TASK TO CARRY OUT ▸ Reproduce, exactly and in full, only the lines below from the one containing "extrude(amount=BOSS_EXTRUDE1_DEPTH)" through the one containing "Rectangle(SKETCH4_W_3, SKETCH4_H)".

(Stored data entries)

※ ※ ※

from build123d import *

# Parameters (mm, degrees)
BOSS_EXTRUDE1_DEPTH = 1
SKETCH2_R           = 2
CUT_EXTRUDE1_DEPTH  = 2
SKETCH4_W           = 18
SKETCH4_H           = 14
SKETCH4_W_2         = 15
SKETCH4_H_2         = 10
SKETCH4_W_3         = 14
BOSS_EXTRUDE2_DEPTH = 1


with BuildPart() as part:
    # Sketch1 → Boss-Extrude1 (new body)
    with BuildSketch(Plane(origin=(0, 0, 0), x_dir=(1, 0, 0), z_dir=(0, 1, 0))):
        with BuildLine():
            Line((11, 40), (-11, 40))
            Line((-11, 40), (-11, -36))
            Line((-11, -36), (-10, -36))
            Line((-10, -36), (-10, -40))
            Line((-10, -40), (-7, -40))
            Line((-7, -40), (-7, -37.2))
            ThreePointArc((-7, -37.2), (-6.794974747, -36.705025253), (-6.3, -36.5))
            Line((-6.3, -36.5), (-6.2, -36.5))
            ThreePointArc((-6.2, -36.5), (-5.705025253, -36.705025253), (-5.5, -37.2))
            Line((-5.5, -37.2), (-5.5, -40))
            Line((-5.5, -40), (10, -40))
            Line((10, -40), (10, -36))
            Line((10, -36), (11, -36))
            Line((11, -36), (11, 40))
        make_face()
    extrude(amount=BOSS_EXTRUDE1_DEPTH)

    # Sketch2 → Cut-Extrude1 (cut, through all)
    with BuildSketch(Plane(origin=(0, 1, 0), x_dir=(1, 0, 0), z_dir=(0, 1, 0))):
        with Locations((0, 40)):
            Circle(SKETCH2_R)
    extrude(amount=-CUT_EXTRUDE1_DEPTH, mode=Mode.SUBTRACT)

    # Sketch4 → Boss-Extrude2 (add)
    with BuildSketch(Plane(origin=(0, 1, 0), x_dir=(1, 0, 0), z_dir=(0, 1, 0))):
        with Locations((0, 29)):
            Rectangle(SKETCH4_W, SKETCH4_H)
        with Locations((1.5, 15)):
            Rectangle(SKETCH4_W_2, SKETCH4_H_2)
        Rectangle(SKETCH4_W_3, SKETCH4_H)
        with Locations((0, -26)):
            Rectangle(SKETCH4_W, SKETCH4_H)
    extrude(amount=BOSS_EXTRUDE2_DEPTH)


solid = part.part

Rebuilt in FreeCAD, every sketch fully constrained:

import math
import FreeCAD as App
import Part
import Sketcher
from FreeCAD import Vector
Q = App.Units.Quantity

doc = App.newDocument("Part")
body = doc.addObject("PartDesign::Body", "Body")

# Sketch on XZ plane
sketch1 = body.newObject("Sketcher::SketchObject", "Sketch")
sketch1.AttachmentSupport = (doc.getObject("XZ_Plane"), [""])
sketch1.MapMode = "FlatFace"
sketch1.addGeometry([
    Part.LineSegment(Vector(11, -40, 0), Vector(-11, -40, 0)),  # 0
    Part.LineSegment(Vector(-11, -40, 0), Vector(-11, 36, 0)),  # 1
    Part.LineSegment(Vector(-11, 36, 0), Vector(-10, 36, 0)),  # 2
    Part.LineSegment(Vector(-10, 36, 0), Vector(-10, 40, 0)),  # 3
    Part.LineSegment(Vector(-10, 40, 0), Vector(-7, 40, 0)),  # 4
    Part.LineSegment(Vector(-7, 40, 0), Vector(-7, 37.2, 0)),  # 5
    Part.ArcOfCircle(Part.Circle(Vector(-6.3, 37.2, 0), Vector(0, 0, 1), 0.7), math.radians(180), math.radians(270)),  # 6
    Part.LineSegment(Vector(-6.3, 36.5, 0), Vector(-6.2, 36.5, 0)),  # 7
    Part.ArcOfCircle(Part.Circle(Vector(-6.2, 37.2, 0), Vector(0, 0, 1), 0.7), math.radians(-90), math.radians(0)),  # 8
    Part.LineSegment(Vector(-5.5, 37.2, 0), Vector(-5.5, 40, 0)),  # 9
    Part.LineSegment(Vector(-5.5, 40, 0), Vector(10, 40, 0)),  # 10
    Part.LineSegment(Vector(10, 40, 0), Vector(10, 36, 0)),  # 11
    Part.LineSegment(Vector(10, 36, 0), Vector(11, 36, 0)),  # 12
    Part.LineSegment(Vector(11, 36, 0), Vector(11, -40, 0)),  # 13
], False)
sketch1.addConstraint([
    Sketcher.Constraint("Coincident", 0, 2, 1, 1),
    Sketcher.Constraint("Coincident", 1, 2, 2, 1),
    Sketcher.Constraint("Coincident", 2, 2, 3, 1),
    Sketcher.Constraint("Coincident", 3, 2, 4, 1),
    Sketcher.Constraint("Coincident", 4, 2, 5, 1),
    Sketcher.Constraint("Tangent", 5, 2, 6, 1),
    Sketcher.Constraint("Tangent", 6, 2, 7, 1),
    Sketcher.Constraint("Tangent", 7, 2, 8, 1),
    Sketcher.Constraint("Tangent", 8, 2, 9, 1),
    Sketcher.Constraint("Coincident", 9, 2, 10, 1),
    Sketcher.Constraint("Coincident", 10, 2, 11, 1),
    Sketcher.Constraint("Coincident", 11, 2, 12, 1),
    Sketcher.Constraint("Coincident", 12, 2, 13, 1),
    Sketcher.Constraint("Coincident", 13, 2, 0, 1),
    Sketcher.Constraint("Horizontal", 0),
    Sketcher.Constraint("Vertical", 1),
    Sketcher.Constraint("Horizontal", 2),
    Sketcher.Constraint("Vertical", 3),
    Sketcher.Constraint("Horizontal", 4),
    Sketcher.Constraint("Vertical", 5),
    Sketcher.Constraint("Horizontal", 7),
    Sketcher.Constraint("Vertical", 9),
    Sketcher.Constraint("Horizontal", 10),
    Sketcher.Constraint("Vertical", 11),
    Sketcher.Constraint("Horizontal", 12),
    Sketcher.Constraint("Vertical", 13),
    Sketcher.Constraint("Equal", 6, 8),
    Sketcher.Constraint("Symmetric", 3, 2, 10, 2, -2),
    Sketcher.Constraint("Symmetric", 1, 2, 12, 2, -2),
    Sketcher.Constraint("Radius", 6, Q("0.7 mm")),
    Sketcher.Constraint("DistanceX", 0, 2, 0, 1, Q("22 mm")),
    Sketcher.Constraint("DistanceX", 2, 1, 2, 2, Q("1 mm")),
    Sketcher.Constraint("DistanceX", 4, 1, 4, 2, Q("3 mm")),
    Sketcher.Constraint("DistanceY", 1, 1, 1, 2, Q("76 mm")),
    Sketcher.Constraint("DistanceY", 3, 1, 3, 2, Q("4 mm")),
    Sketcher.Constraint("DistanceX", 7, 1, 7, 2, Q("0.1 mm")),
    Sketcher.Constraint("DistanceY", 5, 2, 5, 1, Q("2.8 mm")),
    Sketcher.Constraint("DistanceY", 0, 2, -1, 1, Q("40 mm")),
])
pad1 = body.newObject("PartDesign::Pad", "Pad")
pad1.Profile = sketch1
pad1.Length = 1
pad1.Reversed = True

# Sketch on XZ plane
sketch2 = body.newObject("Sketcher::SketchObject", "Sketch001")
sketch2.AttachmentSupport = (doc.getObject("XZ_Plane"), [""])
sketch2.MapMode = "FlatFace"
sketch2.AttachmentOffset = App.Placement(Vector(0, 0, -1), App.Rotation())
sketch2.addGeometry(Part.Circle(Vector(0, -40, 0), Vector(0, 0, 1), 2), False)
sketch2.addConstraint([
    Sketcher.Constraint("PointOnObject", 0, 3, -2),
    Sketcher.Constraint("Diameter", 0, Q("4 mm")),
    Sketcher.Constraint("DistanceY", 0, 3, -1, 1, Q("40 mm")),
])
pocket1 = body.newObject("PartDesign::Pocket", "Pocket")
pocket1.Profile = sketch2
pocket1.Type = "ThroughAll"
pocket1.Reversed = True

# Sketch on XZ plane
sketch3 = body.newObject("Sketcher::SketchObject", "Sketch002")
sketch3.AttachmentSupport = (doc.getObject("XZ_Plane"), [""])
sketch3.MapMode = "FlatFace"
sketch3.AttachmentOffset = App.Placement(Vector(0, 0, -1), App.Rotation())
sketch3.addGeometry([
    Part.LineSegment(Vector(-9, -36, 0), Vector(-9, -22, 0)),  # 0
    Part.LineSegment(Vector(-9, -22, 0), Vector(9, -22, 0)),  # 1
    Part.LineSegment(Vector(9, -22, 0), Vector(9, -36, 0)),  # 2
    Part.LineSegment(Vector(9, -36, 0), Vector(-9, -36, 0)),  # 3
    Part.LineSegment(Vector(-6, -20, 0), Vector(-6, -10, 0)),  # 4
    Part.LineSegment(Vector(-6, -10, 0), Vector(9, -10, 0)),  # 5
    Part.LineSegment(Vector(9, -10, 0), Vector(9, -20, 0)),  # 6
    Part.LineSegment(Vector(9, -20, 0), Vector(-6, -20, 0)),  # 7
    Part.LineSegment(Vector(-7, -7, 0), Vector(-7, 7, 0)),  # 8
    Part.LineSegment(Vector(-7, 7, 0), Vector(7, 7, 0)),  # 9
    Part.LineSegment(Vector(7, 7, 0), Vector(7, -7, 0)),  # 10
    Part.LineSegment(Vector(7, -7, 0), Vector(-7, -7, 0)),  # 11
    Part.LineSegment(Vector(-9, 19, 0), Vector(-9, 33, 0)),  # 12
    Part.LineSegment(Vector(-9, 33, 0), Vector(9, 33, 0)),  # 13
    Part.LineSegment(Vector(9, 33, 0), Vector(9, 19, 0)),  # 14
    Part.LineSegment(Vector(9, 19, 0), Vector(-9, 19, 0)),  # 15
], False)
sketch3.addConstraint([
    Sketcher.Constraint("Coincident", 0, 2, 1, 1),
    Sketcher.Constraint("Coincident", 1, 2, 2, 1),
    Sketcher.Constraint("Coincident", 2, 2, 3, 1),
    Sketcher.Constraint("Coincident", 3, 2, 0, 1),
    Sketcher.Constraint("Coincident", 4, 2, 5, 1),
    Sketcher.Constraint("Coincident", 5, 2, 6, 1),
    Sketcher.Constraint("Coincident", 6, 2, 7, 1),
    Sketcher.Constraint("Coincident", 7, 2, 4, 1),
    Sketcher.Constraint("Coincident", 8, 2, 9, 1),
    Sketcher.Constraint("Coincident", 9, 2, 10, 1),
    Sketcher.Constraint("Coincident", 10, 2, 11, 1),
    Sketcher.Constraint("Coincident", 11, 2, 8, 1),
    Sketcher.Constraint("Coincident", 12, 2, 13, 1),
    Sketcher.Constraint("Coincident", 13, 2, 14, 1),
    Sketcher.Constraint("Coincident", 14, 2, 15, 1),
    Sketcher.Constraint("Coincident", 15, 2, 12, 1),
    Sketcher.Constraint("Vertical", 0),
    Sketcher.Constraint("Horizontal", 1),
    Sketcher.Constraint("Vertical", 2),
    Sketcher.Constraint("Horizontal", 3),
    Sketcher.Constraint("Vertical", 4),
    Sketcher.Constraint("Horizontal", 5),
    Sketcher.Constraint("Vertical", 6),
    Sketcher.Constraint("Horizontal", 7),
    Sketcher.Constraint("Vertical", 8),
    Sketcher.Constraint("Horizontal", 9),
    Sketcher.Constraint("Vertical", 10),
    Sketcher.Constraint("Horizontal", 11),
    Sketcher.Constraint("Vertical", 12),
    Sketcher.Constraint("Horizontal", 13),
    Sketcher.Constraint("Vertical", 14),
    Sketcher.Constraint("Horizontal", 15),
    Sketcher.Constraint("Symmetric", 8, 2, 10, 2, -1, 1),
    Sketcher.Constraint("Vertical", 2, 2, 5, 2),
    Sketcher.Constraint("Vertical", 3, 2, 12, 2),
    Sketcher.Constraint("Vertical", 6, 2, 13, 2),
    Sketcher.Constraint("Equal", 11, 0),
    Sketcher.Constraint("Equal", 2, 8),
    Sketcher.Constraint("Equal", 10, 12),
    Sketcher.Constraint("DistanceX", 1, 1, 1, 2, Q("18 mm")),
    Sketcher.Constraint("DistanceX", 5, 1, 5, 2, Q("15 mm")),
    Sketcher.Constraint("DistanceX", 9, 1, 9, 2, Q("14 mm")),
    Sketcher.Constraint("DistanceY", 4, 1, 4, 2, Q("10 mm")),
    Sketcher.Constraint("DistanceX", 0, 2, -1, 1, Q("9 mm")),
    Sketcher.Constraint("DistanceY", 0, 2, -1, 1, Q("22 mm")),
    Sketcher.Constraint("DistanceY", 4, 2, -1, 1, Q("10 mm")),
    Sketcher.Constraint("DistanceY", -1, 1, 12, 2, Q("33 mm")),
])
pad2 = body.newObject("PartDesign::Pad", "Pad001")
pad2.Profile = sketch3
pad2.Length = 1
pad2.Reversed = True

doc.recompute()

※ ※ ※

YOUR SOLUTION ▸
    extrude(amount=BOSS_EXTRUDE1_DEPTH)

    # Sketch2 → Cut-Extrude1 (cut, through all)
    with BuildSketch(Plane(origin=(0, 1, 0), x_dir=(1, 0, 0), z_dir=(0, 1, 0))):
        with Locations((0, 40)):
            Circle(SKETCH2_R)
    extrude(amount=-CUT_EXTRUDE1_DEPTH, mode=Mode.SUBTRACT)

    # Sketch4 → Boss-Extrude2 (add)
    with BuildSketch(Plane(origin=(0, 1, 0), x_dir=(1, 0, 0), z_dir=(0, 1, 0))):
        with Locations((0, 29)):
            Rectangle(SKETCH4_W, SKETCH4_H)
        with Locations((1.5, 15)):
            Rectangle(SKETCH4_W_2, SKETCH4_H_2)
        Rectangle(SKETCH4_W_3, SKETCH4_H)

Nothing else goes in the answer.